Gruden inherits some potential building blocks on offense in Griffin, tailback Alfred Morris, wide receiver Pierre Garcon and left tackle Trent Williams, but the Redskins’ defense has many players eligible for free agency and faces a makeover. The Redskins are without a first-round draft choice this spring, thanks to their 2012 trade with the St. Louis Rams to move up in the draft order to select Griffin. But their two-year, $36 million salary cap penalty imposed by the NFL at least is expiring and they potentially can bolster their roster for Gruden in free agency.
Gruden has ties to several members of the Redskins organization and was said Wednesday to have emerged as the team’s top choice to replace Shanahan. Gruden worked with Redskins General Manager Bruce Allen with the Buccaneers. Gruden was an assistant coach working for his brother and Allen was the team’s general manager. Redskins secondary coach Raheem Morris and tight ends coach Sean McVay also worked with Gruden in Tampa. McVay and defensive coordinator Jim Haslett worked with him in the UFL.
Gruden arrived in town Tuesday night after interviewing earlier that day with the Tennessee Titans. He had dinner Tuesday with Allen and had his formal interview Wednesday at Redskins Park.
He was the sixth candidate known to have interviewed with the Redskins following offensive coordinators Darrell Bevell of the Seattle Seahawks and Jim Caldwell of the Baltimore Ravens, defensive coordinators Sean McDermott of the Carolina Panthers and Perry Fewell of the New York Giants, and Dallas Cowboys special teams coordinator Rich Bisaccia.
The Redskins had planned to meet with Vanderbilt Coach James Franklin, but he reportedly was offered the coaching job at Penn State. The team also had sought interviews with offensive coordinators Ken Whisenhunt of the San Diego Chargers and Greg Roman of San Francisco 49ers, and defensive coordinators Mike Zimmer of the Bengals and Vic Fangio of the 49ers.

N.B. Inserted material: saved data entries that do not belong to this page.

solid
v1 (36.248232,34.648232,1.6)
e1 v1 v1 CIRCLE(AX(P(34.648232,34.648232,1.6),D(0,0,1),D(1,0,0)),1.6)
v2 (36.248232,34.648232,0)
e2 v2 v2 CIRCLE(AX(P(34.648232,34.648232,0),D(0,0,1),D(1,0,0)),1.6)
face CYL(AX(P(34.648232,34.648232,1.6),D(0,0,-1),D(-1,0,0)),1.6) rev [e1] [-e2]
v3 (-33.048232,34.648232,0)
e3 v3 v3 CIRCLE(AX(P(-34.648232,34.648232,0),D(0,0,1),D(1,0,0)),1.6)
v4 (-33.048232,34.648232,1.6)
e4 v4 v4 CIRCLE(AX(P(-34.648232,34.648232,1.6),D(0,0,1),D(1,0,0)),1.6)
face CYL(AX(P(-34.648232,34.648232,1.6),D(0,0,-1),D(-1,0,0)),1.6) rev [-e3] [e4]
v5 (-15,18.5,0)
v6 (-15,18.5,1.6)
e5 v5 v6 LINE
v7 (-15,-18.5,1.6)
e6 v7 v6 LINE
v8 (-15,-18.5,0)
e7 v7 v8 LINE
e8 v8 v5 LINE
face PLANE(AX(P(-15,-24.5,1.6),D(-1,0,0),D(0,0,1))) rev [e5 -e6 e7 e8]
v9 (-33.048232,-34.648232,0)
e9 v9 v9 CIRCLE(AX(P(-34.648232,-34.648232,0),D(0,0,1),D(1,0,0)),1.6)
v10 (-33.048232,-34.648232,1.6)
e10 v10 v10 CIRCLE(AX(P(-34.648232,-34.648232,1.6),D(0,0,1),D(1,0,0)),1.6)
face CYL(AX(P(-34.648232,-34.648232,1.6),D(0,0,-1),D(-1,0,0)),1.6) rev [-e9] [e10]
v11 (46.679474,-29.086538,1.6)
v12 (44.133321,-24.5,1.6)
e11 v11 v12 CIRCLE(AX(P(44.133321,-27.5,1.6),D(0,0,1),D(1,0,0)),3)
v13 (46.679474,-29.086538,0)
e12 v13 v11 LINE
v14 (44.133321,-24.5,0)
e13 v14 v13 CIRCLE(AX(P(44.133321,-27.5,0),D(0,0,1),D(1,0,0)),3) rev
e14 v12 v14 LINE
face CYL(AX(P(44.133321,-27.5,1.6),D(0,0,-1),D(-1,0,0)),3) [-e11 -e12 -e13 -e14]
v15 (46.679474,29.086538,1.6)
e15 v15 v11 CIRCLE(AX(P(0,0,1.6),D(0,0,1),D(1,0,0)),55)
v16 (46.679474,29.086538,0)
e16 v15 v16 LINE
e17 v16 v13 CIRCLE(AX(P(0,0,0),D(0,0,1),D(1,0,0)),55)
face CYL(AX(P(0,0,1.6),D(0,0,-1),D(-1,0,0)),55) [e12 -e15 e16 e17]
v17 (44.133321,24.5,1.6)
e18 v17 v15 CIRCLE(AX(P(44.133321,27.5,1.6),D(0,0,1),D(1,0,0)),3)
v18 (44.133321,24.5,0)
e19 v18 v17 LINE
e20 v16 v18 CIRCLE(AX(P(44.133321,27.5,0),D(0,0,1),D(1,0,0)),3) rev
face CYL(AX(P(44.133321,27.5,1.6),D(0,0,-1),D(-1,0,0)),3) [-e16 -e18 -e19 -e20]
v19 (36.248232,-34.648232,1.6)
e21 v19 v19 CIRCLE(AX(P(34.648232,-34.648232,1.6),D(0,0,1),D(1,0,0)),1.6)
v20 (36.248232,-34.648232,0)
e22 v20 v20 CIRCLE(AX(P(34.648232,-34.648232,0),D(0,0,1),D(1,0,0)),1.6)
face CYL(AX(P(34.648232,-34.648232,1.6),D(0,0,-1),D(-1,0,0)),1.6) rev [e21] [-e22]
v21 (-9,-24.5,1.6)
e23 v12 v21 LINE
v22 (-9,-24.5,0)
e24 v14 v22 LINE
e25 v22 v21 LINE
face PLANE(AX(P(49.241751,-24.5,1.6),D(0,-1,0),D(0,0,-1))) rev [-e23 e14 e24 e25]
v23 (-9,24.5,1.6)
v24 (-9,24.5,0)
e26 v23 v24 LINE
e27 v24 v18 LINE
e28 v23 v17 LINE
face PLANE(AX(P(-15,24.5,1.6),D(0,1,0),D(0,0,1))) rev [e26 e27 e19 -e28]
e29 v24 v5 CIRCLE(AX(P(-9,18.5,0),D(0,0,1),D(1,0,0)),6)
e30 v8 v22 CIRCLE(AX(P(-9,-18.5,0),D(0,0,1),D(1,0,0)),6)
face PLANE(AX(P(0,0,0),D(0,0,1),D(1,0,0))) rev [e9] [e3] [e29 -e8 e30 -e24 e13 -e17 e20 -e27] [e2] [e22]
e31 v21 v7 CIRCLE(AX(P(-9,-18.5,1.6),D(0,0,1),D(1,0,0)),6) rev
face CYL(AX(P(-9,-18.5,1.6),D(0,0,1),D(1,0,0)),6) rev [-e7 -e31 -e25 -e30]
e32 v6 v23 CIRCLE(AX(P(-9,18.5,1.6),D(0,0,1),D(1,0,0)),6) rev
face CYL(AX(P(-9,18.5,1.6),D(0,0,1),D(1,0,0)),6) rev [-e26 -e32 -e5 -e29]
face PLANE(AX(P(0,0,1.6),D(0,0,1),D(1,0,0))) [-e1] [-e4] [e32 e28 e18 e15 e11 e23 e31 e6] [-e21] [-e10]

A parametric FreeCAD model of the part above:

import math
import FreeCAD as App
import Part
import Sketcher

V = App.Vector


def edges_at(feature, points):
    """Names of the edges that pass closest to the given points."""
    edges = feature.Shape.Edges
    near = lambda p: min(range(len(edges)), key=lambda i: edges[i].distToShape(Part.Vertex(*p))[0])
    return sorted({f"Edge{near(p) + 1}" for p in points})

doc = App.newDocument("Part")
body = doc.addObject("PartDesign::Body", "Body")

sketch1 = body.newObject("Sketcher::SketchObject", "Sketch")
sketch1.AttachmentSupport = (doc.getObject("XY_Plane"), [""])
sketch1.MapMode = "FlatFace"
sketch1.addGeometry([
    Part.LineSegment(V(49.2, -24.5, 0), V(-15, -24.5, 0)),
    Part.LineSegment(V(-15, -24.5, 0), V(-15, 24.5, 0)),
    Part.LineSegment(V(-15, 24.5, 0), V(49.2, 24.5, 0)),
    Part.ArcOfCircle(Part.Circle(V(0, 0, 0), V(0, 0, 1), 55), math.radians(26), math.radians(334)),
    Part.Circle(V(-34.6, -34.6, 0), V(0, 0, 1), 1.6),
    Part.Circle(V(34.6, -34.6, 0), V(0, 0, 1), 1.6),
    Part.Circle(V(-34.6, 34.6, 0), V(0, 0, 1), 1.6),
    Part.Circle(V(34.6, 34.6, 0), V(0, 0, 1), 1.6),
], False)
sketch1.addConstraint([
    Sketcher.Constraint("Coincident", 0, 2, 1, 1),
    Sketcher.Constraint("Coincident", 1, 2, 2, 1),
    Sketcher.Constraint("Coincident", 2, 2, 3, 1),
    Sketcher.Constraint("Coincident", 3, 2, 0, 1),
    Sketcher.Constraint("Horizontal", 0),
    Sketcher.Constraint("Vertical", 1),
    Sketcher.Constraint("Horizontal", 2),
    Sketcher.Constraint("Coincident", 3, 3, -1, 1),
    Sketcher.Constraint("Equal", 4, 5),
    Sketcher.Constraint("Equal", 5, 6),
    Sketcher.Constraint("Equal", 6, 7),
    Sketcher.Constraint("Symmetric", 5, 3, 6, 3, -1, 1),
    Sketcher.Constraint("Symmetric", 4, 3, 7, 3, -1, 1),
    Sketcher.Constraint("Symmetric", 4, 3, 5, 3, -2),
    Sketcher.Constraint("Vertical", 2, 2, 3, 2),
    Sketcher.Constraint("Radius", 3, 55.0),
    Sketcher.Constraint("Diameter", 4, 3.2),
    Sketcher.Constraint("DistanceY", 1, 1, 1, 2, 49.0),
    Sketcher.Constraint("DistanceX", 0, 2, -1, 1, 15.0),
    Sketcher.Constraint("DistanceX", 7, 3, 2, 2, 14.593518),
    Sketcher.Constraint("DistanceY", 4, 3, -1, 1, 34.648232),
])
pad1 = body.newObject("PartDesign::Pad", "Pad")
pad1.Profile = sketch1
pad1.Length = 1.6
doc.recompute()

fillet = body.newObject("PartDesign::Fillet", "Fillet")
fillet.Base = (pad1, edges_at(pad1, [(-15, 24.5, 0.8), (-15, -24.5, 0.8)]))
fillet.Radius = 6
doc.recompute()

fillet2 = body.newObject("PartDesign::Fillet", "Fillet001")
fillet2.Base = (fillet, edges_at(fillet, [(49.242, 24.5, 0.8), (49.242, -24.5, 0.8)]))
fillet2.Radius = 3

doc.recompute()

Gruden was a candidate for the Titans, Vikings and Detroit Lions. Before his interview Wednesday, one person close to the situation said that Gruden seemed to prefer the Titans but the Redskins might make him a financial offer that would be difficult for him to refuse.
Update, 10:32 a.m.:
A five-year deal is highly unusual for a first-time NFL head coach and was a key to getting the deal done. Gruden’s agent, Bob LaMonte, said Gruden’s ties to members of the organization and his desire to work with Redskins quarterback Robert Griffin III also were major factors.
“He had an existing relationship with Bruce,” LaMonte said in a telephone interview. “He had an existing relationship with Haslett. He had an existing relationship with McVay. That certainly played into it. He was intrigued by the talent of the quarterback.”